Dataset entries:
══════════

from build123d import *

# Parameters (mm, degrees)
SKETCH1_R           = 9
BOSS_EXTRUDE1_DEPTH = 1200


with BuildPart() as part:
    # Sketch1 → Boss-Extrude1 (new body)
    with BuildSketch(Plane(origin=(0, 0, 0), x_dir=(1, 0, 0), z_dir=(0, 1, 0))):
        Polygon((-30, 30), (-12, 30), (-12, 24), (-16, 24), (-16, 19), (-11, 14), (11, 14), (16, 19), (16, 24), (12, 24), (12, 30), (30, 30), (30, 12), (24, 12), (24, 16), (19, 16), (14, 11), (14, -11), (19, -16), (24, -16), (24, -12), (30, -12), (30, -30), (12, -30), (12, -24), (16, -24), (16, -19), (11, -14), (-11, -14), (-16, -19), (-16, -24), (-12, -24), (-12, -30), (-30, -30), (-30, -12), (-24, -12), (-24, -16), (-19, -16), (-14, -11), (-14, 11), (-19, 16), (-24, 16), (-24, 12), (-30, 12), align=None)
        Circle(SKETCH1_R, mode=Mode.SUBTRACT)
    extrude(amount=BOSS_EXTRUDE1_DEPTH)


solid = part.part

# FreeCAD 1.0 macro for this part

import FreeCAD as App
import Part
import Sketcher

V = App.Vector


def add_polygon(sketch, points):
    """Adds a closed chain of lines whose ends are joined by coincident constraints."""
    first, n = sketch.GeometryCount, len(points)
    for a, b in zip(points, points[1:] + points[:1]):
        sketch.addGeometry(Part.LineSegment(App.Vector(*a, 0), App.Vector(*b, 0)), False)
    for i in range(n):
        sketch.addConstraint(Sketcher.Constraint("Coincident", first + i, 2, first + (i + 1) % n, 1))

doc = App.newDocument("Part")
body = doc.addObject("PartDesign::Body", "Body")

sketch1 = body.newObject("Sketcher::SketchObject", "Sketch")
sketch1.AttachmentSupport = (doc.getObject("XZ_Plane"), [""])
sketch1.MapMode = "FlatFace"
add_polygon(sketch1, [(-12, -30), (-30, -30), (-30, -12), (-24, -12), (-24, -16), (-19, -16), (-14, -11), (-14, 11), (-19, 16), (-24, 16), (-24, 12), (-30, 12), (-30, 30), (-12, 30), (-12, 24), (-16, 24), (-16, 19), (-11, 14), (11, 14), (16, 19), (16, 24), (12, 24), (12, 30), (30, 30), (30, 12), (24, 12), (24, 16), (19, 16), (14, 11), (14, -11), (19, -16), (24, -16), (24, -12), (30, -12), (30, -30), (12, -30), (12, -24), (16, -24), (16, -19), (11, -14), (-11, -14), (-16, -19), (-16, -24), (-12, -24)])
sketch1.addGeometry(Part.Circle(V(0, 0, 0), V(0, 0, 1), 9), False)
sketch1.addConstraint([
    Sketcher.Constraint("Horizontal", 0),
    Sketcher.Constraint("Vertical", 1),
    Sketcher.Constraint("Horizontal", 2),
    Sketcher.Constraint("Vertical", 3),
    Sketcher.Constraint("Horizontal", 4),
    Sketcher.Constraint("Vertical", 6),
    Sketcher.Constraint("Horizontal", 8),
    Sketcher.Constraint("Vertical", 9),
    Sketcher.Constraint("Horizontal", 10),
    Sketcher.Constraint("Vertical", 11),
    Sketcher.Constraint("Horizontal", 12),
    Sketcher.Constraint("Vertical", 13),
    Sketcher.Constraint("Horizontal", 14),
    Sketcher.Constraint("Vertical", 15),
    Sketcher.Constraint("Horizontal", 17),
    Sketcher.Constraint("Vertical", 19),
    Sketcher.Constraint("Horizontal", 20),
    Sketcher.Constraint("Vertical", 21),
    Sketcher.Constraint("Horizontal", 22),
    Sketcher.Constraint("Vertical", 23),
    Sketcher.Constraint("Horizontal", 24),
    Sketcher.Constraint("Vertical", 25),
    Sketcher.Constraint("Horizontal", 26),
    Sketcher.Constraint("Vertical", 28),
    Sketcher.Constraint("Horizontal", 30),
    Sketcher.Constraint("Vertical", 31),
    Sketcher.Constraint("Horizontal", 32),
    Sketcher.Constraint("Vertical", 33),
    Sketcher.Constraint("Horizontal", 34),
    Sketcher.Constraint("Vertical", 35),
    Sketcher.Constraint("Horizontal", 36),
    Sketcher.Constraint("Vertical", 37),
    Sketcher.Constraint("Horizontal", 39),
    Sketcher.Constraint("Vertical", 41),
    Sketcher.Constraint("Horizontal", 42),
    Sketcher.Constraint("Vertical", 43),
    Sketcher.Constraint("Coincident", 44, 3, -1, 1),
    Sketcher.Constraint("Symmetric", 0, 2, 22, 2, -1, 1),
    Sketcher.Constraint("Symmetric", 2, 2, 24, 2, -1, 1),
    Sketcher.Constraint("Symmetric", 4, 2, 26, 2, -1, 1),
    Sketcher.Constraint("Symmetric", 5, 2, 27, 2, -1, 1),
    Sketcher.Constraint("Symmetric", 7, 2, 29, 2, -1, 1),
    Sketcher.Constraint("Symmetric", 9, 2, 31, 2, -1, 1),
    Sketcher.Constraint("Symmetric", 11, 2, 33, 2, -1, 1),
    Sketcher.Constraint("Symmetric", 13, 2, 35, 2, -1, 1),
    Sketcher.Constraint("Symmetric", 15, 2, 37, 2, -1, 1),
    Sketcher.Constraint("Symmetric", 16, 2, 38, 2, -1, 1),
    Sketcher.Constraint("Symmetric", 18, 2, 40, 2, -1, 1),
    Sketcher.Constraint("Symmetric", 20, 2, 42, 2, -1, 1),
    Sketcher.Constraint("Symmetric", 15, 2, 18, 2, -2),
    Sketcher.Constraint("Symmetric", 13, 2, 20, 2, -2),
    Sketcher.Constraint("Symmetric", 11, 2, 22, 2, -2),
    Sketcher.Constraint("Symmetric", 9, 2, 24, 2, -2),
    Sketcher.Constraint("Symmetric", 7, 2, 26, 2, -2),
    Sketcher.Constraint("Perpendicular", 5, 7),
    Sketcher.Constraint("Parallel", 7, 16),
    Sketcher.Constraint("Perpendicular", 16, 18),
    Sketcher.Constraint("Perpendicular", 27, 29),
    Sketcher.Constraint("Perpendicular", 38, 40),
    Sketcher.Constraint("Horizontal", 6, 2, 27, 2),
    Sketcher.Constraint("Equal", 34, 1),
    Sketcher.Constraint("Equal", 42, 3),
    Sketcher.Constraint("Equal", 39, 6),
    Sketcher.Constraint("Equal", 32, 13),
    Sketcher.Constraint("Equal", 30, 15),
    Sketcher.Constraint("Equal", 7, 16),
    Sketcher.Constraint("Diameter", 44, 18.0),
    Sketcher.Constraint("DistanceX", 0, 2, 0, 1, 18.0),
    Sketcher.Constraint("DistanceX", 2, 1, 2, 2, 6.0),
    Sketcher.Constraint("DistanceX", 4, 1, 4, 2, 5.0),
    Sketcher.Constraint("DistanceX", 14, 2, 14, 1, 4.0),
    Sketcher.Constraint("DistanceX", 17, 1, 17, 2, 22.0),
    Sketcher.Constraint("DistanceX", 0, 2, -1, 1, 30.0),
])
pad1 = body.newObject("PartDesign::Pad", "Pad")
pad1.Profile = sketch1
pad1.Length = 1200
pad1.Reversed = True

doc.recompute()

══════════

Above are the entries. Output exactly the lines beginning with the line that has "Circle(SKETCH1_R, mode=Mode.SUBTRACT)" and ending with the line that has "# FreeCAD 1.0 macro for this part".

        Circle(SKETCH1_R, mode=Mode.SUBTRACT)
    extrude(amount=BOSS_EXTRUDE1_DEPTH)


solid = part.part

# FreeCAD 1.0 macro for this part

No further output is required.